What you should do - Your task is to repeat exactly the lines below between the line holding "e48 v39 v40 LINE" and the line holding "e60 e61 -e60]", inclusive, and only those.

Exercise data -
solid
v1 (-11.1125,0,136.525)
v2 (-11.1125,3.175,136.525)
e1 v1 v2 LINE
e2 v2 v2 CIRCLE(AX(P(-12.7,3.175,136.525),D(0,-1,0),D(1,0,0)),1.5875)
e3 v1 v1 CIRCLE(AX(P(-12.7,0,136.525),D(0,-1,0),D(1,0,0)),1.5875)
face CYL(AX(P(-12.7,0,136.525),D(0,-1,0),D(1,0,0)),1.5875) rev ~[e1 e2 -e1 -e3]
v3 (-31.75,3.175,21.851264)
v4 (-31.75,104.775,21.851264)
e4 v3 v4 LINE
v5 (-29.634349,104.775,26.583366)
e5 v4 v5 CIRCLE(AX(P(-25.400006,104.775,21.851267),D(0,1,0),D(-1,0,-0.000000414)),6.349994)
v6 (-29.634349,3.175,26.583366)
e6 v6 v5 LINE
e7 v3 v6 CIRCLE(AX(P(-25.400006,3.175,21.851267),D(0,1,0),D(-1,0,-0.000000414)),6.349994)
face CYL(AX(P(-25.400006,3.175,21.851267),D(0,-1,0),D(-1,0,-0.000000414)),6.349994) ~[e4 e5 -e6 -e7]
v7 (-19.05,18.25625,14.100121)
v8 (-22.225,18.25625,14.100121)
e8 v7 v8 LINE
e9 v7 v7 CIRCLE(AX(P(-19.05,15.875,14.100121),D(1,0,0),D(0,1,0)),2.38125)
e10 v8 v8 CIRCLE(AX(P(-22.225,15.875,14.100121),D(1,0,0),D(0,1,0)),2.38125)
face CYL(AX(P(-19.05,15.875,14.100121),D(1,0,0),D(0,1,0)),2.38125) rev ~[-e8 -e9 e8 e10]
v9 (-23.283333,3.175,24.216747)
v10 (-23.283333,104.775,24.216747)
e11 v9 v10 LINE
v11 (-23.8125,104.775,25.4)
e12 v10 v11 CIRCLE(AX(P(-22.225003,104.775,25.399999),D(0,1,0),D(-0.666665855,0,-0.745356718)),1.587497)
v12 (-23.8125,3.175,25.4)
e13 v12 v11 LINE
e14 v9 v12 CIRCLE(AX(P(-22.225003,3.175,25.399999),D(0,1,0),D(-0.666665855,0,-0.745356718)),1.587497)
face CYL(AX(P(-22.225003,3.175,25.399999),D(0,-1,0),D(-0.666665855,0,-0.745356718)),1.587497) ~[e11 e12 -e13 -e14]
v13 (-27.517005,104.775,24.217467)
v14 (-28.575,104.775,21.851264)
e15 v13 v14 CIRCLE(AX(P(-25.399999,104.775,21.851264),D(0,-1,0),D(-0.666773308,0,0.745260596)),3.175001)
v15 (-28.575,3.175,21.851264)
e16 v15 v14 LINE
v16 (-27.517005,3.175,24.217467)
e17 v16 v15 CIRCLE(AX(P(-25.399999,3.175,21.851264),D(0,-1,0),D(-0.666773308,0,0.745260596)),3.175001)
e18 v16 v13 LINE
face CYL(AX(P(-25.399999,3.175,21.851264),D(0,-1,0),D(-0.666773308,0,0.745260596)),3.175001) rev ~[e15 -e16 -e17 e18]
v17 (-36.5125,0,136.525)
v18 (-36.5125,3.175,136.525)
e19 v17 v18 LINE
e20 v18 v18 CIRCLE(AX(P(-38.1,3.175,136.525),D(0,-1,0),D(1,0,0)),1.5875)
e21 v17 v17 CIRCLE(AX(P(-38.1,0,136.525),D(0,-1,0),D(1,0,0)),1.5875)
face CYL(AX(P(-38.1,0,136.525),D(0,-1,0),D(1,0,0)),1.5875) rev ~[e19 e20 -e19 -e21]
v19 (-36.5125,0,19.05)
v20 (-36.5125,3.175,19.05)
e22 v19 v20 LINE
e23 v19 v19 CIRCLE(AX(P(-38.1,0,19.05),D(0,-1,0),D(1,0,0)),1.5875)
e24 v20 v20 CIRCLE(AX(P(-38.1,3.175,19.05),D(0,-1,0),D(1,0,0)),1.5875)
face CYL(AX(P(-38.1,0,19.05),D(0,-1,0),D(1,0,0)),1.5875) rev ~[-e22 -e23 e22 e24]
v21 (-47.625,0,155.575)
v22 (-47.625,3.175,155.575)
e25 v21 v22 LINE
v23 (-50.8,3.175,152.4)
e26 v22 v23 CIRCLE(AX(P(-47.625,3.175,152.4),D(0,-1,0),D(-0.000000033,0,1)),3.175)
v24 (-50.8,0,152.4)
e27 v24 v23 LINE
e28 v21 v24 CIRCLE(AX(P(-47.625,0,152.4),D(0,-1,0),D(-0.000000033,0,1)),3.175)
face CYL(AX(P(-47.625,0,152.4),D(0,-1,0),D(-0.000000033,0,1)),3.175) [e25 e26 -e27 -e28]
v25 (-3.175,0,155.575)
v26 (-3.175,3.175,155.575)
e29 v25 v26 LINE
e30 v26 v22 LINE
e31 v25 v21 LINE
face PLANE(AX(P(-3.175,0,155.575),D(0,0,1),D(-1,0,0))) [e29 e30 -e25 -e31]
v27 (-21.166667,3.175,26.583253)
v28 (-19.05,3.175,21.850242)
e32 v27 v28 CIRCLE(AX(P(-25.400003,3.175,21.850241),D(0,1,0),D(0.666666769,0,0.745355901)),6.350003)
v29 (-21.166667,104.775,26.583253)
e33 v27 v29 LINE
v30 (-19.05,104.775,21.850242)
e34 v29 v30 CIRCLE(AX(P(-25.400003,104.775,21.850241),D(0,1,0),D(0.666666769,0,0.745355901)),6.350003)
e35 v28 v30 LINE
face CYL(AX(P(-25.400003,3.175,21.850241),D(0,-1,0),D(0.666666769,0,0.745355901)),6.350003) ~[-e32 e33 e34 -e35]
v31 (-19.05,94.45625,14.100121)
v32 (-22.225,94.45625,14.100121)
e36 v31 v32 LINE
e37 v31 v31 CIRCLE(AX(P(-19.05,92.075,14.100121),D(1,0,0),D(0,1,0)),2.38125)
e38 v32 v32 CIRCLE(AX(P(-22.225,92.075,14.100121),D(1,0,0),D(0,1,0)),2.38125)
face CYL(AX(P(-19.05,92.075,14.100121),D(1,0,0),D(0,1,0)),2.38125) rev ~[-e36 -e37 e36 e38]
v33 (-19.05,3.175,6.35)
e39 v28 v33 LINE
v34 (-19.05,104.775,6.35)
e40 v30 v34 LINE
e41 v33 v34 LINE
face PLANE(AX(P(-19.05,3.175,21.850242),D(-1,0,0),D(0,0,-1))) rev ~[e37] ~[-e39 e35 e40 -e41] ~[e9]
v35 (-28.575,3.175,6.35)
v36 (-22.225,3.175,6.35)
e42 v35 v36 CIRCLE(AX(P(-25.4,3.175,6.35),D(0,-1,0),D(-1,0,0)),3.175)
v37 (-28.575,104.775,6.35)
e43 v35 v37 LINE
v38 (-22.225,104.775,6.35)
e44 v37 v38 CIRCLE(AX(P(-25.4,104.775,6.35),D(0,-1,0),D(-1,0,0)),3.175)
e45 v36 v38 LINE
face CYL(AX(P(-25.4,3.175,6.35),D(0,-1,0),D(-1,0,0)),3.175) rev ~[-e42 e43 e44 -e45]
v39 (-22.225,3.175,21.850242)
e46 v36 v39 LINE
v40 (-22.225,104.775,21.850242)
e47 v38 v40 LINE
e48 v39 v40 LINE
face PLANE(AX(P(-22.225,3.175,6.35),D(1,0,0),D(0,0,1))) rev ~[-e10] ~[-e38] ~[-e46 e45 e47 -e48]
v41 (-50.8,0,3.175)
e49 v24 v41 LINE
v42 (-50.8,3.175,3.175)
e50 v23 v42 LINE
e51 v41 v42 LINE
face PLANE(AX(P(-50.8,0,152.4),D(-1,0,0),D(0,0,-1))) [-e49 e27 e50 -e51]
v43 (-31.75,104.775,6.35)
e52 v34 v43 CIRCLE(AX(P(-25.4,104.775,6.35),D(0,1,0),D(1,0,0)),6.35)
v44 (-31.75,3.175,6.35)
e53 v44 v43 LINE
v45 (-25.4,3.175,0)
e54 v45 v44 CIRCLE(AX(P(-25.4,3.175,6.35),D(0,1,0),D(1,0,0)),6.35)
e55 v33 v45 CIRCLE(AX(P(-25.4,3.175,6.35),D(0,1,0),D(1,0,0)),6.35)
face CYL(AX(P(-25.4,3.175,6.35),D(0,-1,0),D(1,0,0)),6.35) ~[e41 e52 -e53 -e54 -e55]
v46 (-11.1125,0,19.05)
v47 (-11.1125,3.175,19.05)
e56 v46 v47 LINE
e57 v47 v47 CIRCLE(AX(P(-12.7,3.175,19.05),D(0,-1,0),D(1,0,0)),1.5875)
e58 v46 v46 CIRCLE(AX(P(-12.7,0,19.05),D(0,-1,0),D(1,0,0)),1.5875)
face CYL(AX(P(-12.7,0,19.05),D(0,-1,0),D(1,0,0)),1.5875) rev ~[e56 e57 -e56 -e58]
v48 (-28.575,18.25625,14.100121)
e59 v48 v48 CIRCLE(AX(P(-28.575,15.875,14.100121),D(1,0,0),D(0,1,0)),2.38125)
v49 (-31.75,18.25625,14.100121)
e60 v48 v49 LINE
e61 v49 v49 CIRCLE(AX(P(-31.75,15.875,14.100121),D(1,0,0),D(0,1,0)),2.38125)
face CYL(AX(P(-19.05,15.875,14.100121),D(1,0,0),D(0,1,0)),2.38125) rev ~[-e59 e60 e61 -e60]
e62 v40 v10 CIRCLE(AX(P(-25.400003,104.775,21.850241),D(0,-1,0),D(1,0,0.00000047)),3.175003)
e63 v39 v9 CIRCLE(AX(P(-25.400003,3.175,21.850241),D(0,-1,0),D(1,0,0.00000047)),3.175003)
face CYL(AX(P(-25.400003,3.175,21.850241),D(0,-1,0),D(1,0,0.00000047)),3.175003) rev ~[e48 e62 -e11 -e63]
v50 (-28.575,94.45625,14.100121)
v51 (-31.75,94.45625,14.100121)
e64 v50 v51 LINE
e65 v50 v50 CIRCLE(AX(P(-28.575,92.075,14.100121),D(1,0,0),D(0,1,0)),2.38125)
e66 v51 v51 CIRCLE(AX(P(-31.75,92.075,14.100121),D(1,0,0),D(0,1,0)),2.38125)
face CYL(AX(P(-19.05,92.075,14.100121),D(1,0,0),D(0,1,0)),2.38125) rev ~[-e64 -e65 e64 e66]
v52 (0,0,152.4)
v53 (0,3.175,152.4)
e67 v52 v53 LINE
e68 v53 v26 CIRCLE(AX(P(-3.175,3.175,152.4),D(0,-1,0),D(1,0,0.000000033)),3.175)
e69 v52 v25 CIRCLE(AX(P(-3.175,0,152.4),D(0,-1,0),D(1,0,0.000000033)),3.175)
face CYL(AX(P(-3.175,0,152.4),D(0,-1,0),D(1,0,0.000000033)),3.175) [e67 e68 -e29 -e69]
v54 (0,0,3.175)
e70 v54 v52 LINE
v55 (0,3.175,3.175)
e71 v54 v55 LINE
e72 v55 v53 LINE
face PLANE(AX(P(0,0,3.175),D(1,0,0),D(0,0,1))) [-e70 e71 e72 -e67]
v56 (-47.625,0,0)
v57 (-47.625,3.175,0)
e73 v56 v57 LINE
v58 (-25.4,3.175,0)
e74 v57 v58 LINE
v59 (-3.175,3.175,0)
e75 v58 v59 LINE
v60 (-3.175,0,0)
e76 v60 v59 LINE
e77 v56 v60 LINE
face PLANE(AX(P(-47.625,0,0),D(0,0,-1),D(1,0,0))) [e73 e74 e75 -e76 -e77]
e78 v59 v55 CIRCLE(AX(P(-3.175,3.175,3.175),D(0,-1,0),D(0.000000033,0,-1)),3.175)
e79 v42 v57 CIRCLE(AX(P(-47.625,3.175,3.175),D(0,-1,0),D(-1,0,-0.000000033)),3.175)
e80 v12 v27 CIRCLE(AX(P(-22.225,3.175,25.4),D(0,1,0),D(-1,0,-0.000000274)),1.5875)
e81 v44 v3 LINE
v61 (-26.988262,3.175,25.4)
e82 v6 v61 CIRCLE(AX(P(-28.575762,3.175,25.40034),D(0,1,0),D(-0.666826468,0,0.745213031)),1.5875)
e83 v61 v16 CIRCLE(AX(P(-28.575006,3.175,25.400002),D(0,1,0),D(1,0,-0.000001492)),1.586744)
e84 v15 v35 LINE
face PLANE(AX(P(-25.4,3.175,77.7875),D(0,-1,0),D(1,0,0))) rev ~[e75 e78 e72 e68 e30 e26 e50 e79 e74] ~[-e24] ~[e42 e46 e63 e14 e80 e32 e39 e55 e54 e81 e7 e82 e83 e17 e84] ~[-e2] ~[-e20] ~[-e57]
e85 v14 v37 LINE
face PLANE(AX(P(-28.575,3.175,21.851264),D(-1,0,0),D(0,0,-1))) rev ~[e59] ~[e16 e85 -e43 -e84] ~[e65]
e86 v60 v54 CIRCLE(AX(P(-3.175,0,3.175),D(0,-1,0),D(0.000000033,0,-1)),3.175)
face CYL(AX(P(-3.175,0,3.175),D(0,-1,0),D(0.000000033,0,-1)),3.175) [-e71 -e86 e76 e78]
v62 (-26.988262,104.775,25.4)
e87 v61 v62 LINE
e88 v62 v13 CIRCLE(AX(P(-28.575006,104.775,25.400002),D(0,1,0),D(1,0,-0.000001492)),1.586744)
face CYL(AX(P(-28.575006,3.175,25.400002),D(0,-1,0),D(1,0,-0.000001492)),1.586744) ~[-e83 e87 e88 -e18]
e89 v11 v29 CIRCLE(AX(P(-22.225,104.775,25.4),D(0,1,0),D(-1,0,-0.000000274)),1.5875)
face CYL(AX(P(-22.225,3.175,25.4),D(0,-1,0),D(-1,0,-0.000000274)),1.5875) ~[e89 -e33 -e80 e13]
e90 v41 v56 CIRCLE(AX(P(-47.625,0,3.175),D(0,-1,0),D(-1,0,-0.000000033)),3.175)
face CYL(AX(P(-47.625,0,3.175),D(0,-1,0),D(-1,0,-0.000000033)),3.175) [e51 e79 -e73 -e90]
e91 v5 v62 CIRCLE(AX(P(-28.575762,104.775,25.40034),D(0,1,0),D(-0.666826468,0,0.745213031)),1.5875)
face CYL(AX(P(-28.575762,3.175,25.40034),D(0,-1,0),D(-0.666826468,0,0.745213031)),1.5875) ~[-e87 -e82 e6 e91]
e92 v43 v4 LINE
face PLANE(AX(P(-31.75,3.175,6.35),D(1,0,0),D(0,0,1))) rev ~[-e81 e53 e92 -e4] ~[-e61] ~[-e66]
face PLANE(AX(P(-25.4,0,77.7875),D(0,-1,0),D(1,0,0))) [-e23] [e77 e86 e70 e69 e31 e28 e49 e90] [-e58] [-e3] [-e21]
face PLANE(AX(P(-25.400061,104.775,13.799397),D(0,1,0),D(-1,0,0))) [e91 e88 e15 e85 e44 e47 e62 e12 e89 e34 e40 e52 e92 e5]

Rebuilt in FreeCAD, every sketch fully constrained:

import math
import FreeCAD as App
import Part
import Sketcher
from FreeCAD import Vector
Q = App.Units.Quantity

doc = App.newDocument("Part")
params = doc.addObject("Spreadsheet::Sheet", "Params")
for row, (alias, value) in enumerate([
    ("sketch1_diameter", "0.125 in"),
    ("sketch1_radius", "0.125 in"),
    ("pad1_length", "0.125 in"),
    ("sketch2_radius", "0.2500001 in"),
    ("sketch2_radius2", "0.25 in"),
    ("sketch2_radius3", "0.125 in"),
    ("sketch2_radius4", "0.0624999 in"),
    ("pad2_length", "4 in"),
    ("sketch3_diameter", "0.1875 in"),
], start=1):
    params.set(f"A{row}", alias)
    params.set(f"B{row}", "=" + value)
    params.setAlias(f"B{row}", alias)

body = doc.addObject("PartDesign::Body", "Body")

# Sketch on XZ plane
sketch1 = body.newObject("Sketcher::SketchObject", "Sketch")
sketch1.AttachmentSupport = (doc.getObject("XZ_Plane"), [""])
sketch1.MapMode = "FlatFace"
sketch1.addGeometry(Part.LineSegment(Vector(-47.6, 0, 0), Vector(-3.2, 0, 0)), False)
sketch1.addGeometry(Part.ArcOfCircle(Part.Circle(Vector(-3.2, 3.2, 0), Vector(0, 0, 1), 3.2), math.radians(-90), math.radians(0)), False)
sketch1.addGeometry(Part.LineSegment(Vector(0, 3.2, 0), Vector(0, 152.4, 0)), False)
sketch1.addGeometry(Part.ArcOfCircle(Part.Circle(Vector(-3.2, 152.4, 0), Vector(0, 0, 1), 3.2), math.radians(0), math.radians(90)), False)
sketch1.addGeometry(Part.LineSegment(Vector(-3.2, 155.6, 0), Vector(-47.6, 155.6, 0)), False)
sketch1.addGeometry(Part.ArcOfCircle(Part.Circle(Vector(-47.6, 152.4, 0), Vector(0, 0, 1), 3.2), math.radians(90), math.radians(180)), False)
sketch1.addGeometry(Part.LineSegment(Vector(-50.8, 152.4, 0), Vector(-50.8, 3.2, 0)), False)
sketch1.addGeometry(Part.ArcOfCircle(Part.Circle(Vector(-47.6, 3.2, 0), Vector(0, 0, 1), 3.2), math.radians(-180), math.radians(-90)), False)
sketch1.addGeometry(Part.Circle(Vector(-38.1, 19.1, 0), Vector(0, 0, 1), 1.6), False)
sketch1.addGeometry(Part.Circle(Vector(-12.7, 19.1, 0), Vector(0, 0, 1), 1.6), False)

Answer to the problem -
e48 v39 v40 LINE
face PLANE(AX(P(-22.225,3.175,6.35),D(1,0,0),D(0,0,1))) rev ~[-e10] ~[-e38] ~[-e46 e45 e47 -e48]
v41 (-50.8,0,3.175)
e49 v24 v41 LINE
v42 (-50.8,3.175,3.175)
e50 v23 v42 LINE
e51 v41 v42 LINE
face PLANE(AX(P(-50.8,0,152.4),D(-1,0,0),D(0,0,-1))) [-e49 e27 e50 -e51]
v43 (-31.75,104.775,6.35)
e52 v34 v43 CIRCLE(AX(P(-25.4,104.775,6.35),D(0,1,0),D(1,0,0)),6.35)
v44 (-31.75,3.175,6.35)
e53 v44 v43 LINE
v45 (-25.4,3.175,0)
e54 v45 v44 CIRCLE(AX(P(-25.4,3.175,6.35),D(0,1,0),D(1,0,0)),6.35)
e55 v33 v45 CIRCLE(AX(P(-25.4,3.175,6.35),D(0,1,0),D(1,0,0)),6.35)
face CYL(AX(P(-25.4,3.175,6.35),D(0,-1,0),D(1,0,0)),6.35) ~[e41 e52 -e53 -e54 -e55]
v46 (-11.1125,0,19.05)
v47 (-11.1125,3.175,19.05)
e56 v46 v47 LINE
e57 v47 v47 CIRCLE(AX(P(-12.7,3.175,19.05),D(0,-1,0),D(1,0,0)),1.5875)
e58 v46 v46 CIRCLE(AX(P(-12.7,0,19.05),D(0,-1,0),D(1,0,0)),1.5875)
face CYL(AX(P(-12.7,0,19.05),D(0,-1,0),D(1,0,0)),1.5875) rev ~[e56 e57 -e56 -e58]
v48 (-28.575,18.25625,14.100121)
e59 v48 v48 CIRCLE(AX(P(-28.575,15.875,14.100121),D(1,0,0),D(0,1,0)),2.38125)
v49 (-31.75,18.25625,14.100121)
e60 v48 v49 LINE
e61 v49 v49 CIRCLE(AX(P(-31.75,15.875,14.100121),D(1,0,0),D(0,1,0)),2.38125)
face CYL(AX(P(-19.05,15.875,14.100121),D(1,0,0),D(0,1,0)),2.38125) rev ~[-e59 e60 e61 -e60]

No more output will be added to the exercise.